When it comes to new data services in the 3G world, it's even more likely that these will be sold online. At Bain we expect the online share for pre-pay to go up to 20% and for data products and value added services to 35% by the year 2005.

There's another big opportunity for the wireless group: Set up your own wireless portals. Don't let others do it and acquire the opportunity to disintermediate you from your customers.

Think of how the telecom companies in the US allowed Yahoo! and AOL to take control of the portals and make them the internet brands everyone knows.

If telecom companies allow third parties to command the portals, they will be demoted to tube and access companies, a mere commodity, like the highways. The third-party portals will effectively drive customers to the portal's choice of highway. The key is to control and manage the customer relationship yourself. Don't cede the brand.

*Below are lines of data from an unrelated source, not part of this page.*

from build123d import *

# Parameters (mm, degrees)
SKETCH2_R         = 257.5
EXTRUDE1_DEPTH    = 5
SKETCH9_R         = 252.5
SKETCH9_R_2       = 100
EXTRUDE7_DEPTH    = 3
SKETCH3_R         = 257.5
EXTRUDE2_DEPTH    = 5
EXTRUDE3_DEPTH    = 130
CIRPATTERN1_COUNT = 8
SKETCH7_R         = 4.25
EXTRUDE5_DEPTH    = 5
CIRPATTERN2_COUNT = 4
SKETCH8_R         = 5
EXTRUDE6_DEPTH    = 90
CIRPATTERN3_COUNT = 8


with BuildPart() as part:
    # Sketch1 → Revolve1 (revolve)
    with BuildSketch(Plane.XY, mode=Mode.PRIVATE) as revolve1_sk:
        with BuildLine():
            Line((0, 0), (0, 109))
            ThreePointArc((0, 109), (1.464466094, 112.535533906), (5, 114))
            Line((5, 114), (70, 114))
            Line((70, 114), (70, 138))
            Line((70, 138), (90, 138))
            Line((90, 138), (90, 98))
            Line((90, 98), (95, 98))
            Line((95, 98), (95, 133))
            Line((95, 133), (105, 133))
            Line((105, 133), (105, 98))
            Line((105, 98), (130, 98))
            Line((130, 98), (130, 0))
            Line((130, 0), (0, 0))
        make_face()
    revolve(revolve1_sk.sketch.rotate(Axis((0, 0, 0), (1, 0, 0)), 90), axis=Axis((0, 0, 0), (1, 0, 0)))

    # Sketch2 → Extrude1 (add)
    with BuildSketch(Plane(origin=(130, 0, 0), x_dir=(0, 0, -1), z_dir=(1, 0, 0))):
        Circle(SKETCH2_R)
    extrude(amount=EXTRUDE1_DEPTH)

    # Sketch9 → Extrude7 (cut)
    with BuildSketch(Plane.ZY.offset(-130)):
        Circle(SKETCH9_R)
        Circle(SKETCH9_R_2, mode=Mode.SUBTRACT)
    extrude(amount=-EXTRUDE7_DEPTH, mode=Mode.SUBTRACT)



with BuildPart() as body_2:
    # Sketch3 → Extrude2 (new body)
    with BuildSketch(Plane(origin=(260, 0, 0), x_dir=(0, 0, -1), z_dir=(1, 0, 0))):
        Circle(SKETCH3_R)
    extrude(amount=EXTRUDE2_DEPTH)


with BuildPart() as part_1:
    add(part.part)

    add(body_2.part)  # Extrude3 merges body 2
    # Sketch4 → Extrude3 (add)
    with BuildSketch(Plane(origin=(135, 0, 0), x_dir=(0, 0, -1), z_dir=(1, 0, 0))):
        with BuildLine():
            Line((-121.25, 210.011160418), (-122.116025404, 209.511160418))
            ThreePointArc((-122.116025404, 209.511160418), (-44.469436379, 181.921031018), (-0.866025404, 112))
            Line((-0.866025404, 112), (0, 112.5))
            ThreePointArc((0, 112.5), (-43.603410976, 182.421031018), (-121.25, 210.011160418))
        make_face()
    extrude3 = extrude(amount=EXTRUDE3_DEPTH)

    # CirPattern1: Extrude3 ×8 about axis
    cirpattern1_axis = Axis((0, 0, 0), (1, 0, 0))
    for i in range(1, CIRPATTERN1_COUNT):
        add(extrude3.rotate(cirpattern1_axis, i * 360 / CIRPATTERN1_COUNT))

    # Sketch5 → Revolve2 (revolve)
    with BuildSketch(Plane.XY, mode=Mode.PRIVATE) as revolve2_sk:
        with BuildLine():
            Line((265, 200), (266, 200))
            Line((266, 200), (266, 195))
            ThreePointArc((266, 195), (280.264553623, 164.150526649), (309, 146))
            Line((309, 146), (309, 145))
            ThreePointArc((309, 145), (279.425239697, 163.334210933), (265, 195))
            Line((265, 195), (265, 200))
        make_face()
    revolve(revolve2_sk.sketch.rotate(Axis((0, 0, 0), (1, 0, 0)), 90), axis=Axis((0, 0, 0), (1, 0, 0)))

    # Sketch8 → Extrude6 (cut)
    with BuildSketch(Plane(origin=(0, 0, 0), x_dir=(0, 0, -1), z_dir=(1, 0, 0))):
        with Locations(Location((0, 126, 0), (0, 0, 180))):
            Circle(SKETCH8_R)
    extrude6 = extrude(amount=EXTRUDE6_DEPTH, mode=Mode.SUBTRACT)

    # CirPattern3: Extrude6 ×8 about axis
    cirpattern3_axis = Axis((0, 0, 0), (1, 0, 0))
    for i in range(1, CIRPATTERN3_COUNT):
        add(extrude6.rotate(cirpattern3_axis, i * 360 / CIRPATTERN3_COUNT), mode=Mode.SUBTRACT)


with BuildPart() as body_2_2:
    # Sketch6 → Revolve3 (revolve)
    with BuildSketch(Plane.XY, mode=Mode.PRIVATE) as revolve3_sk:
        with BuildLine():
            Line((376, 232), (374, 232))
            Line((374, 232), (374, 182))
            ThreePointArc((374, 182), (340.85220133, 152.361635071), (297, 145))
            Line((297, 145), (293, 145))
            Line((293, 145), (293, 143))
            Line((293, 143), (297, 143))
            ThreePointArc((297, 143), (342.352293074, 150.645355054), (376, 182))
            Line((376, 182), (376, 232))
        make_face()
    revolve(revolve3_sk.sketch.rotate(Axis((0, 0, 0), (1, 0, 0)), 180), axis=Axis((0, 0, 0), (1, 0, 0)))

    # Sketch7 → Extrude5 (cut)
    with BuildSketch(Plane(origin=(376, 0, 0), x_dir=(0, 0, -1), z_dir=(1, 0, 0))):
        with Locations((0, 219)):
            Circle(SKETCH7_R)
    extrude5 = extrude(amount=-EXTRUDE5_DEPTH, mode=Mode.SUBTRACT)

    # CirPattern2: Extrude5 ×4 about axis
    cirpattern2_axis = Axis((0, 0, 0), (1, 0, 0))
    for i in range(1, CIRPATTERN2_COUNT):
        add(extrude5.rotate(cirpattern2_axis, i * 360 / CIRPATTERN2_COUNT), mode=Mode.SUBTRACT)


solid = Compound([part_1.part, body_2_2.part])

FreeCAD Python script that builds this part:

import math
import FreeCAD as App
import Part
import Sketcher

V = App.Vector
Q = App.Units.Quantity

doc = App.newDocument("Part")
body = doc.addObject("PartDesign::Body", "Body")

sketch1 = body.newObject("Sketcher::SketchObject", "Sketch")
sketch1.AttachmentSupport = (doc.getObject("XY_Plane"), [""])
sketch1.MapMode = "FlatFace"
sketch1.addGeometry([
    Part.LineSegment(V(0, 109, 0), V(0, 0, 0)),
    Part.LineSegment(V(0, 0, 0), V(130, 0, 0)),
    Part.LineSegment(V(130, 0, 0), V(130, 98, 0)),
    Part.LineSegment(V(130, 98, 0), V(105, 98, 0)),
    Part.LineSegment(V(105, 98, 0), V(105, 133, 0)),
    Part.LineSegment(V(105, 133, 0), V(95, 133, 0)),
    Part.LineSegment(V(95, 133, 0), V(95, 98, 0)),
    Part.LineSegment(V(95, 98, 0), V(90, 98, 0)),
    Part.LineSegment(V(90, 98, 0), V(90, 138, 0)),
    Part.LineSegment(V(90, 138, 0), V(70, 138, 0)),
    Part.LineSegment(V(70, 138, 0), V(70, 114, 0)),
    Part.LineSegment(V(70, 114, 0), V(5, 114, 0)),
    Part.ArcOfCircle(Part.Circle(V(5, 109, 0), V(0, 0, 1), 5), math.radians(90), math.radians(180)),
], False)
sketch1.addConstraint([
    Sketcher.Constraint("Coincident", 0, 2, 1, 1),
    Sketcher.Constraint("Coincident", 1, 2, 2, 1),
    Sketcher.Constraint("Coincident", 2, 2, 3, 1),
    Sketcher.Constraint("Coincident", 3, 2, 4, 1),
    Sketcher.Constraint("Coincident", 4, 2, 5, 1),
    Sketcher.Constraint("Coincident", 5, 2, 6, 1),
    Sketcher.Constraint("Coincident", 6, 2, 7, 1),
    Sketcher.Constraint("Coincident", 7, 2, 8, 1),
    Sketcher.Constraint("Coincident", 8, 2, 9, 1),
    Sketcher.Constraint("Coincident", 9, 2, 10, 1),
    Sketcher.Constraint("Coincident", 10, 2, 11, 1),
    Sketcher.Constraint("Tangent", 11, 2, 12, 1),
    Sketcher.Constraint("Tangent", 12, 2, 0, 1),
    Sketcher.Constraint("Vertical", 0),
    Sketcher.Constraint("Horizontal", 1),
    Sketcher.Constraint("Vertical", 2),
    Sketcher.Constraint("Horizontal", 3),
    Sketcher.Constraint("Vertical", 4),
    Sketcher.Constraint("Horizontal", 5),
    Sketcher.Constraint("Vertical", 6),
    Sketcher.Constraint("Horizontal", 7),
    Sketcher.Constraint("Vertical", 8),
    Sketcher.Constraint("Horizontal", 9),
    Sketcher.Constraint("Vertical", 10),
    Sketcher.Constraint("Horizontal", 11),
    Sketcher.Constraint("Coincident", 0, 2, -1, 1),
    Sketcher.Constraint("Horizontal", 3, 2, 6, 2),
    Sketcher.Constraint("Radius", 12, Q("5 mm")),
    Sketcher.Constraint("DistanceX", 1, 1, 1, 2, Q("130 mm")),
    Sketcher.Constraint("DistanceX", 3, 2, 3, 1, Q("25 mm")),
    Sketcher.Constraint("DistanceX", 5, 2, 5, 1, Q("10 mm")),
    Sketcher.Constraint("DistanceX", 7, 2, 7, 1, Q("5 mm")),
    Sketcher.Constraint("DistanceX", 9, 2, 9, 1, Q("20 mm")),
    Sketcher.Constraint("DistanceY", 0, 2, 0, 1, Q("109 mm")),
    Sketcher.Constraint("DistanceY", 2, 1, 2, 2, Q("98 mm")),
    Sketcher.Constraint("DistanceY", 4, 1, 4, 2, Q("35 mm")),
    Sketcher.Constraint("DistanceY", 8, 1, 8, 2, Q("40 mm")),
])
revolution = body.newObject("PartDesign::Revolution", "Revolution")
revolution.Profile = sketch1
revolution.ReferenceAxis = (sketch1, ["H_Axis"])
revolution.Angle = 360

sketch2 = body.newObject("Sketcher::SketchObject", "Sketch001")
sketch2.AttachmentSupport = (doc.getObject("YZ_Plane"), [""])
sketch2.MapMode = "FlatFace"
sketch2.AttachmentOffset = App.Placement(V(0, 0, 130), App.Rotation())
sketch2.addGeometry(Part.Circle(V(0, 0, 0), V(0, 0, 1), 257.5), False)
sketch2.addConstraint([
    Sketcher.Constraint("Coincident", 0, 3, -1, 1),
    Sketcher.Constraint("Diameter", 0, Q("515 mm")),
])
pad1 = body.newObject("PartDesign::Pad", "Pad")
pad1.Profile = sketch2
pad1.Length = 5

sketch3 = body.newObject("Sketcher::SketchObject", "Sketch002")
sketch3.AttachmentSupport = (doc.getObject("YZ_Plane"), [""])
sketch3.MapMode = "FlatFace"
sketch3.AttachmentOffset = App.Placement(V(0, 0, 130), App.Rotation())
sketch3.addGeometry([
    Part.Circle(V(0, 0, 0), V(0, 0, 1), 252.5),
    Part.Circle(V(0, 0, 0), V(0, 0, 1), 100),
], False)
sketch3.addConstraint([
    Sketcher.Constraint("Coincident", 0, 3, -1, 1),
    Sketcher.Constraint("Coincident", 1, 3, -1, 1),
    Sketcher.Constraint("Diameter", 0, Q("505 mm")),
    Sketcher.Constraint("Diameter", 1, Q("200 mm")),
])
pocket1 = body.newObject("PartDesign::Pocket", "Pocket")
pocket1.Profile = sketch3
pocket1.Length = 3
pocket1.Reversed = True
body2 = doc.addObject("PartDesign::Body", "Body001")

sketch4 = body2.newObject("Sketcher::SketchObject", "Sketch003")
sketch4.AttachmentSupport = (doc.getObject("YZ_Plane001"), [""])
sketch4.MapMode = "FlatFace"
sketch4.AttachmentOffset = App.Placement(V(0, 0, 260), App.Rotation())
sketch4.addGeometry(Part.Circle(V(0, 0, 0), V(0, 0, 1), 257.5), False)
sketch4.addConstraint([
    Sketcher.Constraint("Coincident", 0, 3, -1, 1),
    Sketcher.Constraint("Diameter", 0, Q("515 mm")),
])
pad2 = body2.newObject("PartDesign::Pad", "Pad001")
pad2.Profile = sketch4
pad2.Length = 5
body.AllowCompound = True
doc.recompute()

boolean = body.newObject("PartDesign::Boolean", "Boolean")
boolean.Type = "Fuse"
boolean.addObjects([body2])

sketch5 = body.newObject("Sketcher::SketchObject", "Sketch004")
sketch5.AttachmentSupport = (doc.getObject("YZ_Plane"), [""])
sketch5.MapMode = "FlatFace"
sketch5.AttachmentOffset = App.Placement(V(0, 0, 135), App.Rotation())
sketch5.addGeometry([
    Part.LineSegment(V(210.01116, 121.25, 0), V(209.51116, 122.116025, 0)),
    Part.ArcOfCircle(Part.Circle(V(84.513067, 122.806456, 0), V(0, 0, 1), 125), math.radians(-77.297107), math.radians(-0.316472)),
    Part.LineSegment(V(112, 0.866025, 0), V(112.5, 0, 0)),
    Part.ArcOfCircle(Part.Circle(V(85.013067, 121.94043, 0), V(0, 0, 1), 125), math.radians(-77.297107), math.radians(-0.316472)),
], False)
sketch5.addConstraint([
    Sketcher.Constraint("Coincident", 0, 2, 1, 2),
    Sketcher.Constraint("Coincident", 1, 1, 2, 1),
    Sketcher.Constraint("Coincident", 2, 2, 3, 1),
    Sketcher.Constraint("Coincident", 3, 2, 0, 1),
    Sketcher.Constraint("Equal", 1, 3),
    Sketcher.Constraint("PointOnObject", 2, 2, -1),
    Sketcher.Constraint("Parallel", 0, 2),
    Sketcher.Constraint("Equal", 0, 2),
    Sketcher.Constraint("Radius", 1, Q("125 mm")),
    Sketcher.Constraint("Angle", 0, Q("120 deg")),
    Sketcher.Constraint("Distance", 0, Q("1 mm")),
    Sketcher.Constraint("DistanceX", -1, 1, 1, 1, Q("112 mm")),
    Sketcher.Constraint("DistanceY", -1, 1, 3, 2, Q("121.25 mm")),
    Sketcher.Constraint("DistanceY", -1, 1, 3, 3, Q("121.94043 mm")),
])
pad3 = body.newObject("PartDesign::Pad", "Pad002")
pad3.Profile = sketch5
pad3.Length = 130
doc.recompute()

polarpattern = body.newObject("PartDesign::PolarPattern", "PolarPattern")
polarpattern.Originals = [pad3]
polarpattern.Axis = (doc.getObject("X_Axis"), [""])
polarpattern.Angle = 360
polarpattern.Occurrences = 8
body.Tip = polarpattern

Converting a company's buy-side, sell-side and inside functions from telephone and fax to the internet is a major challenge, which should be met with an integrated vision and a clear idea of the key initiatives most appropriate for the culture of the company and the region it serves.

The exercise typically involves a major change management programme to ensure the whole organization is "net-ready".

Another key component is leadership, as proven by Cisco's John Chambers or Oracle's Larry Ellison, who are clearly "walking the talk" in their respective organizations. But the potential savings and increased revenues at stake should induce telecom companies to give up the telephone—at least for key business activities.

Neville Hargreaves and Michael Haenlein of Bain & Company assisted with this article.